→ WORK ITEM
Provide the data again in its entirety, exactly as given.

→ STORED DATA
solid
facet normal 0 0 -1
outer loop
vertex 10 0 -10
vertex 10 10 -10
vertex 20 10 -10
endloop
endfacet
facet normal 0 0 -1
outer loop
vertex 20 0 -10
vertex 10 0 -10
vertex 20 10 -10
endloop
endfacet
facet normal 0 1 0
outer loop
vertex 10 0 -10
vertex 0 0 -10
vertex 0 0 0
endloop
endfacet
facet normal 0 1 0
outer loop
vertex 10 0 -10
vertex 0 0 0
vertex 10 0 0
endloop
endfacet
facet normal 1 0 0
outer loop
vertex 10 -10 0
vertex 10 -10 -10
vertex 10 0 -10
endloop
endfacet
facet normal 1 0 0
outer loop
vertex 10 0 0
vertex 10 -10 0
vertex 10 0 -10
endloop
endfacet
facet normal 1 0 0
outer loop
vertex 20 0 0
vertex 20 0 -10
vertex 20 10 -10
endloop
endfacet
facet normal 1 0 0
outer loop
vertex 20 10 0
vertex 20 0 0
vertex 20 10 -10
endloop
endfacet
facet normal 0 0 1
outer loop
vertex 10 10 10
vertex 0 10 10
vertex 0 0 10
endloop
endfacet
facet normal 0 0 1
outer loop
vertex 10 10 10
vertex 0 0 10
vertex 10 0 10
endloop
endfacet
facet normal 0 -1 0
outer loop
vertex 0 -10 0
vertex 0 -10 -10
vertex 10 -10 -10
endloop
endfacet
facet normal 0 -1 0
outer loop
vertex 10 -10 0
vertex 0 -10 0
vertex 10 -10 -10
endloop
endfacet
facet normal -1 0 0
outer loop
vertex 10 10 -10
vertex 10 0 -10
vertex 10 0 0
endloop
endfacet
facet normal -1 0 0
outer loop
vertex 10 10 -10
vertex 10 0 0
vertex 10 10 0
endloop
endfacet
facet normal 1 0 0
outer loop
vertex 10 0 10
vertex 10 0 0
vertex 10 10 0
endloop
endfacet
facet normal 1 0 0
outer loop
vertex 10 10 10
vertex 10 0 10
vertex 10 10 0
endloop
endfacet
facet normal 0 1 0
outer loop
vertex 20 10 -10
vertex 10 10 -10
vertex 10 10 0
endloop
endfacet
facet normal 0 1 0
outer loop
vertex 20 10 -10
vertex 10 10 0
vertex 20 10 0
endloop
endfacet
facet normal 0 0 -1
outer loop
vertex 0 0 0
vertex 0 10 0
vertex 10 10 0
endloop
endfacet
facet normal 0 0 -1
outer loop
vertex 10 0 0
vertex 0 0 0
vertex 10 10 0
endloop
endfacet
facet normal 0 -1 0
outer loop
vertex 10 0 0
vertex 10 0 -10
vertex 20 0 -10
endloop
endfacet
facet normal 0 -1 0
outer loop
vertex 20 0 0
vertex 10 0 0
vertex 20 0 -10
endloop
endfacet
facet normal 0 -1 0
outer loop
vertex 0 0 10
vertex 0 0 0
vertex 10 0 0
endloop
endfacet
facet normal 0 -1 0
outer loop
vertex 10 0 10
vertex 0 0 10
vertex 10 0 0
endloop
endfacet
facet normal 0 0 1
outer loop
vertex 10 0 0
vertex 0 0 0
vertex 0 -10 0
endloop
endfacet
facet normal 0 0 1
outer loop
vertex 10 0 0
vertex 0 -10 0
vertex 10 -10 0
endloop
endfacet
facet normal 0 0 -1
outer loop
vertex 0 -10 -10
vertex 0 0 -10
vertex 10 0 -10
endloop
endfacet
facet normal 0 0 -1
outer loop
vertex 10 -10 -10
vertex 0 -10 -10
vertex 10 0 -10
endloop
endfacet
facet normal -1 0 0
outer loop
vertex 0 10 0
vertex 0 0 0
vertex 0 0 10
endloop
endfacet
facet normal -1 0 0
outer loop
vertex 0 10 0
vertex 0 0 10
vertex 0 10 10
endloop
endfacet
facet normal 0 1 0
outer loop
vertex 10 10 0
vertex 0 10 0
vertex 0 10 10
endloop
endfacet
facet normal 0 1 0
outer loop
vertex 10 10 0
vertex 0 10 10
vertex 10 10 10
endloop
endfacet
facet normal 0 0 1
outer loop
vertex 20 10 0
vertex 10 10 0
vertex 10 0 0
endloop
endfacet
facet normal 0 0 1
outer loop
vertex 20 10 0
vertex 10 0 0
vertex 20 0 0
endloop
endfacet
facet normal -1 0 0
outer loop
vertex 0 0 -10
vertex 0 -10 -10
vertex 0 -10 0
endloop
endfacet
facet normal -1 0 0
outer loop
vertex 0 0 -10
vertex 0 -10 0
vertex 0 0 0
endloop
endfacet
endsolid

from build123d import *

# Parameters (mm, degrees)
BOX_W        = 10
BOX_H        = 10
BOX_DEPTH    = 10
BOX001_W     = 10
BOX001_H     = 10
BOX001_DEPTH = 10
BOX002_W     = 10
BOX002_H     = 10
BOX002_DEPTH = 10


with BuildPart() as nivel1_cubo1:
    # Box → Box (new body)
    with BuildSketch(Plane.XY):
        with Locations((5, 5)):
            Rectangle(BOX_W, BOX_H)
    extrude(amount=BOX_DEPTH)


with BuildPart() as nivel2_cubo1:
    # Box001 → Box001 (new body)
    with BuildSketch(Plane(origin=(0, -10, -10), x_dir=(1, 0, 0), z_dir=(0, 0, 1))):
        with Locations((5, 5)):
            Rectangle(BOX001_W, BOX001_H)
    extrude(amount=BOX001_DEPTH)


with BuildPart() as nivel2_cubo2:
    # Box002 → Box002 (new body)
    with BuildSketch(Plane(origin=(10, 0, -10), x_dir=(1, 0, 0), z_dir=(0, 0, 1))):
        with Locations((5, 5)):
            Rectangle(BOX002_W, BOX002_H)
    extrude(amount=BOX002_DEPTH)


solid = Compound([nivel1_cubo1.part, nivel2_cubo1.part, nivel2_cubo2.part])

→ TASK RESPONSE
solid
facet normal 0 0 -1
outer loop
vertex 10 0 -10
vertex 10 10 -10
vertex 20 10 -10
endloop
endfacet
facet normal 0 0 -1
outer loop
vertex 20 0 -10
vertex 10 0 -10
vertex 20 10 -10
endloop
endfacet
facet normal 0 1 0
outer loop
vertex 10 0 -10
vertex 0 0 -10
vertex 0 0 0
endloop
endfacet
facet normal 0 1 0
outer loop
vertex 10 0 -10
vertex 0 0 0
vertex 10 0 0
endloop
endfacet
facet normal 1 0 0
outer loop
vertex 10 -10 0
vertex 10 -10 -10
vertex 10 0 -10
endloop
endfacet
facet normal 1 0 0
outer loop
vertex 10 0 0
vertex 10 -10 0
vertex 10 0 -10
endloop
endfacet
facet normal 1 0 0
outer loop
vertex 20 0 0
vertex 20 0 -10
vertex 20 10 -10
endloop
endfacet
facet normal 1 0 0
outer loop
vertex 20 10 0
vertex 20 0 0
vertex 20 10 -10
endloop
endfacet
facet normal 0 0 1
outer loop
vertex 10 10 10
vertex 0 10 10
vertex 0 0 10
endloop
endfacet
facet normal 0 0 1
outer loop
vertex 10 10 10
vertex 0 0 10
vertex 10 0 10
endloop
endfacet
facet normal 0 -1 0
outer loop
vertex 0 -10 0
vertex 0 -10 -10
vertex 10 -10 -10
endloop
endfacet
facet normal 0 -1 0
outer loop
vertex 10 -10 0
vertex 0 -10 0
vertex 10 -10 -10
endloop
endfacet
facet normal -1 0 0
outer loop
vertex 10 10 -10
vertex 10 0 -10
vertex 10 0 0
endloop
endfacet
facet normal -1 0 0
outer loop
vertex 10 10 -10
vertex 10 0 0
vertex 10 10 0
endloop
endfacet
facet normal 1 0 0
outer loop
vertex 10 0 10
vertex 10 0 0
vertex 10 10 0
endloop
endfacet
facet normal 1 0 0
outer loop
vertex 10 10 10
vertex 10 0 10
vertex 10 10 0
endloop
endfacet
facet normal 0 1 0
outer loop
vertex 20 10 -10
vertex 10 10 -10
vertex 10 10 0
endloop
endfacet
facet normal 0 1 0
outer loop
vertex 20 10 -10
vertex 10 10 0
vertex 20 10 0
endloop
endfacet
facet normal 0 0 -1
outer loop
vertex 0 0 0
vertex 0 10 0
vertex 10 10 0
endloop
endfacet
facet normal 0 0 -1
outer loop
vertex 10 0 0
vertex 0 0 0
vertex 10 10 0
endloop
endfacet
facet normal 0 -1 0
outer loop
vertex 10 0 0
vertex 10 0 -10
vertex 20 0 -10
endloop
endfacet
facet normal 0 -1 0
outer loop
vertex 20 0 0
vertex 10 0 0
vertex 20 0 -10
endloop
endfacet
facet normal 0 -1 0
outer loop
vertex 0 0 10
vertex 0 0 0
vertex 10 0 0
endloop
endfacet
facet normal 0 -1 0
outer loop
vertex 10 0 10
vertex 0 0 10
vertex 10 0 0
endloop
endfacet
facet normal 0 0 1
outer loop
vertex 10 0 0
vertex 0 0 0
vertex 0 -10 0
endloop
endfacet
facet normal 0 0 1
outer loop
vertex 10 0 0
vertex 0 -10 0
vertex 10 -10 0
endloop
endfacet
facet normal 0 0 -1
outer loop
vertex 0 -10 -10
vertex 0 0 -10
vertex 10 0 -10
endloop
endfacet
facet normal 0 0 -1
outer loop
vertex 10 -10 -10
vertex 0 -10 -10
vertex 10 0 -10
endloop
endfacet
facet normal -1 0 0
outer loop
vertex 0 10 0
vertex 0 0 0
vertex 0 0 10
endloop
endfacet
facet normal -1 0 0
outer loop
vertex 0 10 0
vertex 0 0 10
vertex 0 10 10
endloop
endfacet
facet normal 0 1 0
outer loop
vertex 10 10 0
vertex 0 10 0
vertex 0 10 10
endloop
endfacet
facet normal 0 1 0
outer loop
vertex 10 10 0
vertex 0 10 10
vertex 10 10 10
endloop
endfacet
facet normal 0 0 1
outer loop
vertex 20 10 0
vertex 10 10 0
vertex 10 0 0
endloop
endfacet
facet normal 0 0 1
outer loop
vertex 20 10 0
vertex 10 0 0
vertex 20 0 0
endloop
endfacet
facet normal -1 0 0
outer loop
vertex 0 0 -10
vertex 0 -10 -10
vertex 0 -10 0
endloop
endfacet
facet normal -1 0 0
outer loop
vertex 0 0 -10
vertex 0 -10 0
vertex 0 0 0
endloop
endfacet
endsolid

from build123d import *

# Parameters (mm, degrees)
BOX_W        = 10
BOX_H        = 10
BOX_DEPTH    = 10
BOX001_W     = 10
BOX001_H     = 10
BOX001_DEPTH = 10
BOX002_W     = 10
BOX002_H     = 10
BOX002_DEPTH = 10


with BuildPart() as nivel1_cubo1:
    # Box → Box (new body)
    with BuildSketch(Plane.XY):
        with Locations((5, 5)):
            Rectangle(BOX_W, BOX_H)
    extrude(amount=BOX_DEPTH)


with BuildPart() as nivel2_cubo1:
    # Box001 → Box001 (new body)
    with BuildSketch(Plane(origin=(0, -10, -10), x_dir=(1, 0, 0), z_dir=(0, 0, 1))):
        with Locations((5, 5)):
            Rectangle(BOX001_W, BOX001_H)
    extrude(amount=BOX001_DEPTH)


with BuildPart() as nivel2_cubo2:
    # Box002 → Box002 (new body)
    with BuildSketch(Plane(origin=(10, 0, -10), x_dir=(1, 0, 0), z_dir=(0, 0, 1))):
        with Locations((5, 5)):
            Rectangle(BOX002_W, BOX002_H)
    extrude(amount=BOX002_DEPTH)


solid = Compound([nivel1_cubo1.part, nivel2_cubo1.part, nivel2_cubo2.part])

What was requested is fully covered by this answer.